-- Opening Marker --
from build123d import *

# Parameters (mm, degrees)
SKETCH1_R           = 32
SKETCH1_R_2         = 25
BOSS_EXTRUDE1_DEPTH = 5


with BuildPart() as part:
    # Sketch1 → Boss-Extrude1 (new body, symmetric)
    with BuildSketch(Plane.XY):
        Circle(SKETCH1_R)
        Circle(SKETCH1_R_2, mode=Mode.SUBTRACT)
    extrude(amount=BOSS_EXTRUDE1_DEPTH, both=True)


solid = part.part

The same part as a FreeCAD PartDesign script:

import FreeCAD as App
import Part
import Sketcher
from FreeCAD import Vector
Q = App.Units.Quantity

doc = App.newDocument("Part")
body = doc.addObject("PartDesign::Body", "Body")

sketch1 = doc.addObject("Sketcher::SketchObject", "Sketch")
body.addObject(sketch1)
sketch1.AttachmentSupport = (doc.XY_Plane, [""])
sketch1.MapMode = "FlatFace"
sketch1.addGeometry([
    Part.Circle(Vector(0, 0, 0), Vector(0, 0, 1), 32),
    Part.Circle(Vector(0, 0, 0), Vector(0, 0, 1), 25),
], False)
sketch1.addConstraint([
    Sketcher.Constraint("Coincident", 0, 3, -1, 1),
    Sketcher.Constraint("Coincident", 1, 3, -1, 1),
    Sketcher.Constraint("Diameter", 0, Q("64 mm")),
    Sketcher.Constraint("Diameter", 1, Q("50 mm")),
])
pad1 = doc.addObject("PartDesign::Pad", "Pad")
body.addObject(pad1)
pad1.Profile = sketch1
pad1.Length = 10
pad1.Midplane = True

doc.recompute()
-- Closing Marker --
-- Opening Marker --
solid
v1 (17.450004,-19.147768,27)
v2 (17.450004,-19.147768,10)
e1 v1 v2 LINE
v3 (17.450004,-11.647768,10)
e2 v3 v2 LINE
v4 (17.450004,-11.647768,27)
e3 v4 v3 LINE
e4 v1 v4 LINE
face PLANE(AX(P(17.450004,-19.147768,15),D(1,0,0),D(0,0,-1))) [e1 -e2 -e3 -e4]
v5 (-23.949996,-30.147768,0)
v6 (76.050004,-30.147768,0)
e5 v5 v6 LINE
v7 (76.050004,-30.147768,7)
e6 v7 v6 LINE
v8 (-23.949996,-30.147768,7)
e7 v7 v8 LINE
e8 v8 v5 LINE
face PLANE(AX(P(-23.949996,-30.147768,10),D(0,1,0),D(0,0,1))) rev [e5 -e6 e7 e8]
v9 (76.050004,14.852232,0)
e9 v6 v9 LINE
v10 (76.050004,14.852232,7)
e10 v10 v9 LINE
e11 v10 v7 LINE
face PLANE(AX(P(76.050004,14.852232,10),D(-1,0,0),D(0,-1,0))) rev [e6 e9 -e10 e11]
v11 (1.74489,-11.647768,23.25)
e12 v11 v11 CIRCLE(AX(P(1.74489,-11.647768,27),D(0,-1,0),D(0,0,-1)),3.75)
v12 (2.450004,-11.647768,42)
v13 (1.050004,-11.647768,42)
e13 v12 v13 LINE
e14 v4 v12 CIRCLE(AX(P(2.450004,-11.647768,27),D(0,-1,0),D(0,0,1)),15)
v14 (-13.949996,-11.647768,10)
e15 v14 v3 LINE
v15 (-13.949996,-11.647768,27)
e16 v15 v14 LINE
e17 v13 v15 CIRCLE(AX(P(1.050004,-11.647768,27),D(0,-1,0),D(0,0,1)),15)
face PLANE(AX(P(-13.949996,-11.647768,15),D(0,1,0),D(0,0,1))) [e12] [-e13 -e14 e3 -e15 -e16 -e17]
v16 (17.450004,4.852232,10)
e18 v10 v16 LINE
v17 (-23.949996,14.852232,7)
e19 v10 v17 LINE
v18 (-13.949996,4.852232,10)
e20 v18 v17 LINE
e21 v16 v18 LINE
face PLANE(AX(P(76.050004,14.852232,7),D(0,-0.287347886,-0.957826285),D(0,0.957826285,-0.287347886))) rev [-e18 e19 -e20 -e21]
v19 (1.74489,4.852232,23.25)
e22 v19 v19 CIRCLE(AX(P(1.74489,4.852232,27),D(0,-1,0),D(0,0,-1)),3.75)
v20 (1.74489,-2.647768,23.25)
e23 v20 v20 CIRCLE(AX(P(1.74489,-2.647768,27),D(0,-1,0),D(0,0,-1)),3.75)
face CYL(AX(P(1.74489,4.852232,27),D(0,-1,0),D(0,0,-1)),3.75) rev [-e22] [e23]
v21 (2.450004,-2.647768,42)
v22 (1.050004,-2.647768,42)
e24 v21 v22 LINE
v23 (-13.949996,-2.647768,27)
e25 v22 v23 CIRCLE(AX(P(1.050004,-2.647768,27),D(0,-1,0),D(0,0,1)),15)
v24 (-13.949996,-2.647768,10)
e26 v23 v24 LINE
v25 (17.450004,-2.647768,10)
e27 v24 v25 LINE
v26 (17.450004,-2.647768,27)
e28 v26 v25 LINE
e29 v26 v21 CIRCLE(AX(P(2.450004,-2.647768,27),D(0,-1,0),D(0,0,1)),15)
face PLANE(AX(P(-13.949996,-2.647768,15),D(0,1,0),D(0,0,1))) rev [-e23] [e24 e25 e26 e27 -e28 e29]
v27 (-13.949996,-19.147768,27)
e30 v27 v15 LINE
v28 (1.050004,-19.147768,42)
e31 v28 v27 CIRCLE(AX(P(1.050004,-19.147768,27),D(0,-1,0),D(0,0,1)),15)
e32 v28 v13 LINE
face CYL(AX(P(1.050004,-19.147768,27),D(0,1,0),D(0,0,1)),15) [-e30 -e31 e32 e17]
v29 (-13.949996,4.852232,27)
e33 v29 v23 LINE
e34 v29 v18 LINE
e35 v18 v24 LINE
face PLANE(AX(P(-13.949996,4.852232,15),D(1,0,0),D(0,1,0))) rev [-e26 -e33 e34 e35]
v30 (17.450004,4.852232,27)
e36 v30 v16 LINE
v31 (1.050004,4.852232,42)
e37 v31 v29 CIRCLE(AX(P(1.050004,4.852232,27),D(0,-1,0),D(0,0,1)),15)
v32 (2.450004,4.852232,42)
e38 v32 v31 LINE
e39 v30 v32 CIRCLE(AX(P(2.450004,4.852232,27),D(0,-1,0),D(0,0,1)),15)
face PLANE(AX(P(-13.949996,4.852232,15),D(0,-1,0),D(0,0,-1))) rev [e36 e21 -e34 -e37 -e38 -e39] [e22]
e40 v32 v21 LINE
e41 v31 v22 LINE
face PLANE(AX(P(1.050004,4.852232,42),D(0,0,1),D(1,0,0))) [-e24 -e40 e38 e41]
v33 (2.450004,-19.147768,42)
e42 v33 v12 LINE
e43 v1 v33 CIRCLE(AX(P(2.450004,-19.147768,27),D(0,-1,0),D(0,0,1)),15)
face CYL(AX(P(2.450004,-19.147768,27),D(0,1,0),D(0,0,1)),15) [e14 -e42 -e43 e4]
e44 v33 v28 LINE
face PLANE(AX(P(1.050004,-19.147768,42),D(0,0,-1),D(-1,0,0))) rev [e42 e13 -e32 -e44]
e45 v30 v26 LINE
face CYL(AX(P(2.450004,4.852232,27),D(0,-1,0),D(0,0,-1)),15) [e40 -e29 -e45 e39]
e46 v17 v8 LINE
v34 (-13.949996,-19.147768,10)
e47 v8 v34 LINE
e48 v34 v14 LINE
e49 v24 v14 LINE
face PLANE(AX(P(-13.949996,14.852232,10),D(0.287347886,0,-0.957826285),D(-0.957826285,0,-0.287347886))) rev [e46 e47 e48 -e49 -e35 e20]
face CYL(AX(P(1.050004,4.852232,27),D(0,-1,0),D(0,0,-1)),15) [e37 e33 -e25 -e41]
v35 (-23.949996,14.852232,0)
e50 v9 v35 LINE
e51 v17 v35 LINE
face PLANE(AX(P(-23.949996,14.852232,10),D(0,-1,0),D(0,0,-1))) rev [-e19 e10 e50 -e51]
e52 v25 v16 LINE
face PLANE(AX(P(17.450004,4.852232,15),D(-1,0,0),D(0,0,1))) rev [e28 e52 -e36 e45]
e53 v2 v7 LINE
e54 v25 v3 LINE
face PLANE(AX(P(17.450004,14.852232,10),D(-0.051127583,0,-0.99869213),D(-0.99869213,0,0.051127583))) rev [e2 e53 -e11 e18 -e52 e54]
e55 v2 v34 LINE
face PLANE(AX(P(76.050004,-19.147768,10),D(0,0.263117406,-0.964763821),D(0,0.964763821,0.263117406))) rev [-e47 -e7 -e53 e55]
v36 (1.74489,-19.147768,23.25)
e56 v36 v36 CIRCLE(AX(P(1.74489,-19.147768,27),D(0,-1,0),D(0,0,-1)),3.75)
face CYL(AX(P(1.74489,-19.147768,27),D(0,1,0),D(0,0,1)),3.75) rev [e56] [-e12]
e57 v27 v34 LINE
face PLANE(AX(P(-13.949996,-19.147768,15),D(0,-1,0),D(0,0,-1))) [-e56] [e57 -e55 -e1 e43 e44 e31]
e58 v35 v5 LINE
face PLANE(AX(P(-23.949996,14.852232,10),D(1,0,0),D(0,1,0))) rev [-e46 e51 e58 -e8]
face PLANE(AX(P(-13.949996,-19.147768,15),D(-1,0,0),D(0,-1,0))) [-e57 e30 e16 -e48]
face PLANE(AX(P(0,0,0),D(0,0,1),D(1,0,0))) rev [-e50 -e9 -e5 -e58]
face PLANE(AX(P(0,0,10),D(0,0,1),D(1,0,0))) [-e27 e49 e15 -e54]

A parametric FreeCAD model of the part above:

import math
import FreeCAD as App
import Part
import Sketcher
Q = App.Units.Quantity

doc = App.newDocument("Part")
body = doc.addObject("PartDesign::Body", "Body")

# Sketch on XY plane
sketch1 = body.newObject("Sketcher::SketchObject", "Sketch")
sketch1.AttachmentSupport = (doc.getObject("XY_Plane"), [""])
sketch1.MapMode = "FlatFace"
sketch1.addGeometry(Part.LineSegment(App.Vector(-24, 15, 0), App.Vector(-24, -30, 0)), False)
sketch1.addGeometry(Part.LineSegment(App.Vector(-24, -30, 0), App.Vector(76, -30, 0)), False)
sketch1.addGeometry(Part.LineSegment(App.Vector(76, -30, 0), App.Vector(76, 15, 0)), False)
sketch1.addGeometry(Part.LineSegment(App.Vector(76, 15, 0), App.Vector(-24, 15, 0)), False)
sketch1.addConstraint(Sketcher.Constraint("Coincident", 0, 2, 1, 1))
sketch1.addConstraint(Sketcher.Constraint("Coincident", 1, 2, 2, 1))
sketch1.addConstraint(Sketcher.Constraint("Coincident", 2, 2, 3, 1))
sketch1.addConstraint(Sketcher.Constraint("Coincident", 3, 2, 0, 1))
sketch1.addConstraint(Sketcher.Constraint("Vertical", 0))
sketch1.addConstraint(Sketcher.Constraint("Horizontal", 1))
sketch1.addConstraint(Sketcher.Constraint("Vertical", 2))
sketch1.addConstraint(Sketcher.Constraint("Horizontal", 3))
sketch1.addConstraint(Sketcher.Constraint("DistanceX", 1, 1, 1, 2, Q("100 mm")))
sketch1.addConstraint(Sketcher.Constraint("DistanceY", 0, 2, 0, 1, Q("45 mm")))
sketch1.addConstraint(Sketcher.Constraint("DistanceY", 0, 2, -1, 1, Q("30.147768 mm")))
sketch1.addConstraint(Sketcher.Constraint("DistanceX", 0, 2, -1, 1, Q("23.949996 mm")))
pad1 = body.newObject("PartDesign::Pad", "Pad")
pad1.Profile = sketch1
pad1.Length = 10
-- Closing Marker --
-- Opening Marker --
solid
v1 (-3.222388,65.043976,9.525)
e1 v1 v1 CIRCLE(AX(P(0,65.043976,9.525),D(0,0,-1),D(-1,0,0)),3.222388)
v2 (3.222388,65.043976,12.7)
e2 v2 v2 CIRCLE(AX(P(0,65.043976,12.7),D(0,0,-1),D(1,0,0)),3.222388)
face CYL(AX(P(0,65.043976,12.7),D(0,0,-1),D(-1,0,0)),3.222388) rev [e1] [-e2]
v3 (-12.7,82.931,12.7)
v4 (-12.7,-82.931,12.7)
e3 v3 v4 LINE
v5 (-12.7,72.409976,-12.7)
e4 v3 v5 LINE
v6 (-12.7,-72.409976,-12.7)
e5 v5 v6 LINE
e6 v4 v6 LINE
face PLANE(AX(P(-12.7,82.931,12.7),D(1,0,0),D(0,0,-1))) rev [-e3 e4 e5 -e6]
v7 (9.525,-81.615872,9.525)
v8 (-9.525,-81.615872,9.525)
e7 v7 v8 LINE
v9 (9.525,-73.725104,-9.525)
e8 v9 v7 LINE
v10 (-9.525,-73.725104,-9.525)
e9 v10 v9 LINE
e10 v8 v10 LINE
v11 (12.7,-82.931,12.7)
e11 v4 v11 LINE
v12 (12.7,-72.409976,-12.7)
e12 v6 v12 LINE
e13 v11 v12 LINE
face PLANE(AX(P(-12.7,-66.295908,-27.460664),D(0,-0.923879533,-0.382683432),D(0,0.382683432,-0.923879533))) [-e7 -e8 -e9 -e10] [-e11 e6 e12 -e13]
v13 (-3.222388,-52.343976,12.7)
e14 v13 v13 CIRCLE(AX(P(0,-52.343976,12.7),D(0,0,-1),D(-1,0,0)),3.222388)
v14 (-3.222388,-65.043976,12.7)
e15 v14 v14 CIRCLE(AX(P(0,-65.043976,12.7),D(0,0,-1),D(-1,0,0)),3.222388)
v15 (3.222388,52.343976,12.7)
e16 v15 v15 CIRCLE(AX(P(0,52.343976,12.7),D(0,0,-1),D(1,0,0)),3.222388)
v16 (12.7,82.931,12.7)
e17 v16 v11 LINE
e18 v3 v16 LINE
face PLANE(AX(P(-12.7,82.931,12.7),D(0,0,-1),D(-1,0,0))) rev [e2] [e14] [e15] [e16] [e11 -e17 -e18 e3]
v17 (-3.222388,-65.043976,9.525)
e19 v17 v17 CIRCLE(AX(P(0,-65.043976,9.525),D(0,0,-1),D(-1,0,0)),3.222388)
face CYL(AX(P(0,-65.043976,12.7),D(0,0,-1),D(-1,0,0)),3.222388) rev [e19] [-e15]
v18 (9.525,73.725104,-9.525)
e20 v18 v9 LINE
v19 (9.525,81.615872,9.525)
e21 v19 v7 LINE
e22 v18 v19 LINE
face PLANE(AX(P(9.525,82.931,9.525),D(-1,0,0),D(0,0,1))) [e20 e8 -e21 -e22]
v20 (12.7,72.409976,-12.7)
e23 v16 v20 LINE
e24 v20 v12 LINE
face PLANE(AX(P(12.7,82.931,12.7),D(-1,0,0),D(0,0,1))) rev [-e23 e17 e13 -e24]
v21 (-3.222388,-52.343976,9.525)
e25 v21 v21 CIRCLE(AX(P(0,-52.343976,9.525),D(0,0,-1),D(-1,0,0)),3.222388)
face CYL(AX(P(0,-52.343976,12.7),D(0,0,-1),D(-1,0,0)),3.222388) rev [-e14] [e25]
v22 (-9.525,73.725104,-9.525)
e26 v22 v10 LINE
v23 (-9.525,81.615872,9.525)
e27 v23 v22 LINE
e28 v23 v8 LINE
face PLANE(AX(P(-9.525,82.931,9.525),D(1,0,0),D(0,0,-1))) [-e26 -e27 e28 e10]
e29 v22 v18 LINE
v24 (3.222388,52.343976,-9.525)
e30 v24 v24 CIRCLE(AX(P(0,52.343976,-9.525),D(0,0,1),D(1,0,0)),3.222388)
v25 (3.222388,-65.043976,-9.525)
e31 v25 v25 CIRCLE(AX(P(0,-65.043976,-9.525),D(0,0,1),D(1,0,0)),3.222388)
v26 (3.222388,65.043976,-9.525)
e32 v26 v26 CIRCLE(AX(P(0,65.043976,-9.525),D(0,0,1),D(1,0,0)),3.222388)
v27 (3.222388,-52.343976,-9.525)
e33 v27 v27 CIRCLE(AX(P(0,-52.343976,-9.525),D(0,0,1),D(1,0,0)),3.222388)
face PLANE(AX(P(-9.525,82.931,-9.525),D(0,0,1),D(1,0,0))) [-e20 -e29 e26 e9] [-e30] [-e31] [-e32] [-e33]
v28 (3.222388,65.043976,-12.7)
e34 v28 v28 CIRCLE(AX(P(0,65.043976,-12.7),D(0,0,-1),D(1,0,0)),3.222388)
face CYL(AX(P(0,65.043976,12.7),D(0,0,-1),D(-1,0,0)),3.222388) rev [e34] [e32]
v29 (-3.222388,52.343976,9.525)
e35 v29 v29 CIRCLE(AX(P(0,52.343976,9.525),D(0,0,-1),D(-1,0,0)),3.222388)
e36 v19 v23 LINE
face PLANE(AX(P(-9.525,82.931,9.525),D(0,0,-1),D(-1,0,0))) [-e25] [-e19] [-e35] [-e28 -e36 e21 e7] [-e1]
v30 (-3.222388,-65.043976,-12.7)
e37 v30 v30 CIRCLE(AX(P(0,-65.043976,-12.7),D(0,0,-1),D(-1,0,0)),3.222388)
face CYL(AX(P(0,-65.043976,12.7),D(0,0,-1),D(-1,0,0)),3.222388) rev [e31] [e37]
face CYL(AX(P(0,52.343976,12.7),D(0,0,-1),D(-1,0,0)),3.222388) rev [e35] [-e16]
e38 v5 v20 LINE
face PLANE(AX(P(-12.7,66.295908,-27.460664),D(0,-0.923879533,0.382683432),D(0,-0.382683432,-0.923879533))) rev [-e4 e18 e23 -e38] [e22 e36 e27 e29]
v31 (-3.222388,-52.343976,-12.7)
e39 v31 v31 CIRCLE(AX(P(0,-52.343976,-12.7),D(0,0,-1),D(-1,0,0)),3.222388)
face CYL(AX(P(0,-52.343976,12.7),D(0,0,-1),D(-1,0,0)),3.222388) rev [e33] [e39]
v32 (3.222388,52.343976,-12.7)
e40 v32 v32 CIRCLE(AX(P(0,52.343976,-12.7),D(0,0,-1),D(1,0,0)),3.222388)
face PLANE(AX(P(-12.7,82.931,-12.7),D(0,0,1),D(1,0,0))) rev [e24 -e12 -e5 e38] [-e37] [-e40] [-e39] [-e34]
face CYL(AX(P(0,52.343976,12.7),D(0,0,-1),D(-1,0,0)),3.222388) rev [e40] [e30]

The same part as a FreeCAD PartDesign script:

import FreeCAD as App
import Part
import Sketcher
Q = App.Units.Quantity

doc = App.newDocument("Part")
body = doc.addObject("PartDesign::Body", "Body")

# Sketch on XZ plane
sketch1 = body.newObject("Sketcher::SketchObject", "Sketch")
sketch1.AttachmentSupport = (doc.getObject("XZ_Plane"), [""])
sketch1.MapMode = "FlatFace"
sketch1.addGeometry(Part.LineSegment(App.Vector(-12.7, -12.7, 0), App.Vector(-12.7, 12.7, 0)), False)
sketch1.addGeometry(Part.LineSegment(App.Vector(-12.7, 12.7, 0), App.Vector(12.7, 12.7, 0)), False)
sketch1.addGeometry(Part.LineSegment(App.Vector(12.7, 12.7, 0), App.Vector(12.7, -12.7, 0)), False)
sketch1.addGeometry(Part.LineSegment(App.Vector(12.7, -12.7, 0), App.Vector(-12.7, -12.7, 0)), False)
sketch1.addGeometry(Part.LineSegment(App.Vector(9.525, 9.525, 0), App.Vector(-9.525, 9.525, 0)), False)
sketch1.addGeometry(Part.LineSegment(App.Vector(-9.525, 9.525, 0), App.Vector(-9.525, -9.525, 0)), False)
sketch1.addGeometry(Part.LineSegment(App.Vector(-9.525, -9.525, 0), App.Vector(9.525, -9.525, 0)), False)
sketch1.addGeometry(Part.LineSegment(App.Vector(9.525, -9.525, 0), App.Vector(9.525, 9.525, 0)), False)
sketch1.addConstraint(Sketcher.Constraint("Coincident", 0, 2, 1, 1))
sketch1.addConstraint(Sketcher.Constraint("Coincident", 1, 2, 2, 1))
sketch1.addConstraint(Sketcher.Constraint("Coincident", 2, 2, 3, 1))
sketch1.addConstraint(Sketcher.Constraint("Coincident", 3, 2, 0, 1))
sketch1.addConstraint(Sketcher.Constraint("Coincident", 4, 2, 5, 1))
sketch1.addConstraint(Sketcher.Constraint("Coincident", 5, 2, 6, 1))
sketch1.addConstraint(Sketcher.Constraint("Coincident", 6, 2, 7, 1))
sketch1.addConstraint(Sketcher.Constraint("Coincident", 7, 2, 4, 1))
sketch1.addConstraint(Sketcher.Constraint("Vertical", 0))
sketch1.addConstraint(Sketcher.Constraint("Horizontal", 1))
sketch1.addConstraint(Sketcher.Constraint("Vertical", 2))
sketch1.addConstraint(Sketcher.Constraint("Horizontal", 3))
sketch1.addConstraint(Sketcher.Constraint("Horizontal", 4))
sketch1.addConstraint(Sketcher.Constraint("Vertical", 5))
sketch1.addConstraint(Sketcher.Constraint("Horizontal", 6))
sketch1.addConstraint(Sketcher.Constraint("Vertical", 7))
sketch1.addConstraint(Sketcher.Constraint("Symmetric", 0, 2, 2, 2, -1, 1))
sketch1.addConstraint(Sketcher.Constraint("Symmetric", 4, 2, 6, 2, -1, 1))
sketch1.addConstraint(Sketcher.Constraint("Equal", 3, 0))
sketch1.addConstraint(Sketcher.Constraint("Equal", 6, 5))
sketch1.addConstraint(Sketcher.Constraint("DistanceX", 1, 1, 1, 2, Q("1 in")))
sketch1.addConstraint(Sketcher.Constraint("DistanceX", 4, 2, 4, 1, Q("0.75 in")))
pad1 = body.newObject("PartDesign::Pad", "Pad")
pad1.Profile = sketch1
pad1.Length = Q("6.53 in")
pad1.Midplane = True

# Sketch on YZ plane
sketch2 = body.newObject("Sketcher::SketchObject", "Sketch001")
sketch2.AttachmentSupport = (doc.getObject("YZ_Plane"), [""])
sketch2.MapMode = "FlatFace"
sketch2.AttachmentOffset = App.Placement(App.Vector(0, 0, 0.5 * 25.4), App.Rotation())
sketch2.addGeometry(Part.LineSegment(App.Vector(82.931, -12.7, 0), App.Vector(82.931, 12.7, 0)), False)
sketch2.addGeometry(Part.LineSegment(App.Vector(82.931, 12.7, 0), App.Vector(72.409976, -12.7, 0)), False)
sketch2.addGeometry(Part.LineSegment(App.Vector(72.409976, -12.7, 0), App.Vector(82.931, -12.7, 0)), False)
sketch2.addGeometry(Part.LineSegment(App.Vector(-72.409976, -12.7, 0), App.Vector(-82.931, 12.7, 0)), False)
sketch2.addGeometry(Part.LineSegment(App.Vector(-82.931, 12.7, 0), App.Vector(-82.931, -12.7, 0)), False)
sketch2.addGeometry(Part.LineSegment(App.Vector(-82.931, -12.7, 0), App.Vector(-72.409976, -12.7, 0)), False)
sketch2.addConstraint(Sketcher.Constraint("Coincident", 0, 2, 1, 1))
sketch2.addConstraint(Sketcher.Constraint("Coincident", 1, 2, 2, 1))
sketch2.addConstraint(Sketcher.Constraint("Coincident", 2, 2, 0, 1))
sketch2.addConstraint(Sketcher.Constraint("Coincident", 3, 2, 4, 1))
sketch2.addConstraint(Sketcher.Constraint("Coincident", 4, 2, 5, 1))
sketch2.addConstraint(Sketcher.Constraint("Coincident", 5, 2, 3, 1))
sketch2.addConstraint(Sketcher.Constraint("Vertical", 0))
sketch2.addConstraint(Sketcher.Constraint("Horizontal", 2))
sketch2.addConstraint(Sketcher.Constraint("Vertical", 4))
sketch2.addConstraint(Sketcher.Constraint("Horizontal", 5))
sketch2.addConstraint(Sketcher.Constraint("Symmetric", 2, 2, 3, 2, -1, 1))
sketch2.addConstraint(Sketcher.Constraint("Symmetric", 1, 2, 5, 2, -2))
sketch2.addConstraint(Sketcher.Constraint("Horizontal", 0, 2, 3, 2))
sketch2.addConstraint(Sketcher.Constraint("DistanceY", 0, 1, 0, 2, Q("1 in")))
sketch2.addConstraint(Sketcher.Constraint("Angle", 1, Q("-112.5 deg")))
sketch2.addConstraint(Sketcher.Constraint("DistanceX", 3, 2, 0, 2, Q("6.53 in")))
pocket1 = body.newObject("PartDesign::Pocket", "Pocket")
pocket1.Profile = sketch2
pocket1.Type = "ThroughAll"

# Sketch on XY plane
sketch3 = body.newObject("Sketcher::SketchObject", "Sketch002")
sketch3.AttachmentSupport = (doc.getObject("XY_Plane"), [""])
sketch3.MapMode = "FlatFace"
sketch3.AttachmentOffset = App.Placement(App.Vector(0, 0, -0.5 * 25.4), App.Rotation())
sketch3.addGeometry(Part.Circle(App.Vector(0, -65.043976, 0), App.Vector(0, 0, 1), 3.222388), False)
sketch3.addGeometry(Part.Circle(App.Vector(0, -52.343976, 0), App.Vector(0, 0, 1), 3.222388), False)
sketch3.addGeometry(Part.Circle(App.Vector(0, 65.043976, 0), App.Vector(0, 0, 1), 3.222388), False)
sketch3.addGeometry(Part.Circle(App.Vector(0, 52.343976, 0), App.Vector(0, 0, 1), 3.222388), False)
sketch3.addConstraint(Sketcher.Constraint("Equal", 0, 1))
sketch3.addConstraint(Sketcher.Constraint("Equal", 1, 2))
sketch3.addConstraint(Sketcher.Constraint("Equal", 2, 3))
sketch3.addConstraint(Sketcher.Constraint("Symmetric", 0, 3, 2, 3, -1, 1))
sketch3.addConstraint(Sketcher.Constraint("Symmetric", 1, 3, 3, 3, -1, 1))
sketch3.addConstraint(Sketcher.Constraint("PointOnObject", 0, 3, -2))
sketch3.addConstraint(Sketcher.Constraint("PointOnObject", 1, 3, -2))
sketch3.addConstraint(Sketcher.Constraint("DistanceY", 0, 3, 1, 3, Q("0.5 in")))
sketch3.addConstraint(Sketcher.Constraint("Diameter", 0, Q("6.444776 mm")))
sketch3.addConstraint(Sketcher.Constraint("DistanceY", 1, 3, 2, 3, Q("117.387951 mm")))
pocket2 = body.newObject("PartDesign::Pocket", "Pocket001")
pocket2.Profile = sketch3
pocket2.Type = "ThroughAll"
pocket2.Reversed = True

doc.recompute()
-- Closing Marker --
■ Work required
Output the lines of the records above exactly as they appear, from the line containing "e6 v4 v6 LINE" through the line containing "e28 v23 v8 LINE".

■ Result below
e6 v4 v6 LINE
face PLANE(AX(P(-12.7,82.931,12.7),D(1,0,0),D(0,0,-1))) rev [-e3 e4 e5 -e6]
v7 (9.525,-81.615872,9.525)
v8 (-9.525,-81.615872,9.525)
e7 v7 v8 LINE
v9 (9.525,-73.725104,-9.525)
e8 v9 v7 LINE
v10 (-9.525,-73.725104,-9.525)
e9 v10 v9 LINE
e10 v8 v10 LINE
v11 (12.7,-82.931,12.7)
e11 v4 v11 LINE
v12 (12.7,-72.409976,-12.7)
e12 v6 v12 LINE
e13 v11 v12 LINE
face PLANE(AX(P(-12.7,-66.295908,-27.460664),D(0,-0.923879533,-0.382683432),D(0,0.382683432,-0.923879533))) [-e7 -e8 -e9 -e10] [-e11 e6 e12 -e13]
v13 (-3.222388,-52.343976,12.7)
e14 v13 v13 CIRCLE(AX(P(0,-52.343976,12.7),D(0,0,-1),D(-1,0,0)),3.222388)
v14 (-3.222388,-65.043976,12.7)
e15 v14 v14 CIRCLE(AX(P(0,-65.043976,12.7),D(0,0,-1),D(-1,0,0)),3.222388)
v15 (3.222388,52.343976,12.7)
e16 v15 v15 CIRCLE(AX(P(0,52.343976,12.7),D(0,0,-1),D(1,0,0)),3.222388)
v16 (12.7,82.931,12.7)
e17 v16 v11 LINE
e18 v3 v16 LINE
face PLANE(AX(P(-12.7,82.931,12.7),D(0,0,-1),D(-1,0,0))) rev [e2] [e14] [e15] [e16] [e11 -e17 -e18 e3]
v17 (-3.222388,-65.043976,9.525)
e19 v17 v17 CIRCLE(AX(P(0,-65.043976,9.525),D(0,0,-1),D(-1,0,0)),3.222388)
face CYL(AX(P(0,-65.043976,12.7),D(0,0,-1),D(-1,0,0)),3.222388) rev [e19] [-e15]
v18 (9.525,73.725104,-9.525)
e20 v18 v9 LINE
v19 (9.525,81.615872,9.525)
e21 v19 v7 LINE
e22 v18 v19 LINE
face PLANE(AX(P(9.525,82.931,9.525),D(-1,0,0),D(0,0,1))) [e20 e8 -e21 -e22]
v20 (12.7,72.409976,-12.7)
e23 v16 v20 LINE
e24 v20 v12 LINE
face PLANE(AX(P(12.7,82.931,12.7),D(-1,0,0),D(0,0,1))) rev [-e23 e17 e13 -e24]
v21 (-3.222388,-52.343976,9.525)
e25 v21 v21 CIRCLE(AX(P(0,-52.343976,9.525),D(0,0,-1),D(-1,0,0)),3.222388)
face CYL(AX(P(0,-52.343976,12.7),D(0,0,-1),D(-1,0,0)),3.222388) rev [-e14] [e25]
v22 (-9.525,73.725104,-9.525)
e26 v22 v10 LINE
v23 (-9.525,81.615872,9.525)
e27 v23 v22 LINE
e28 v23 v8 LINE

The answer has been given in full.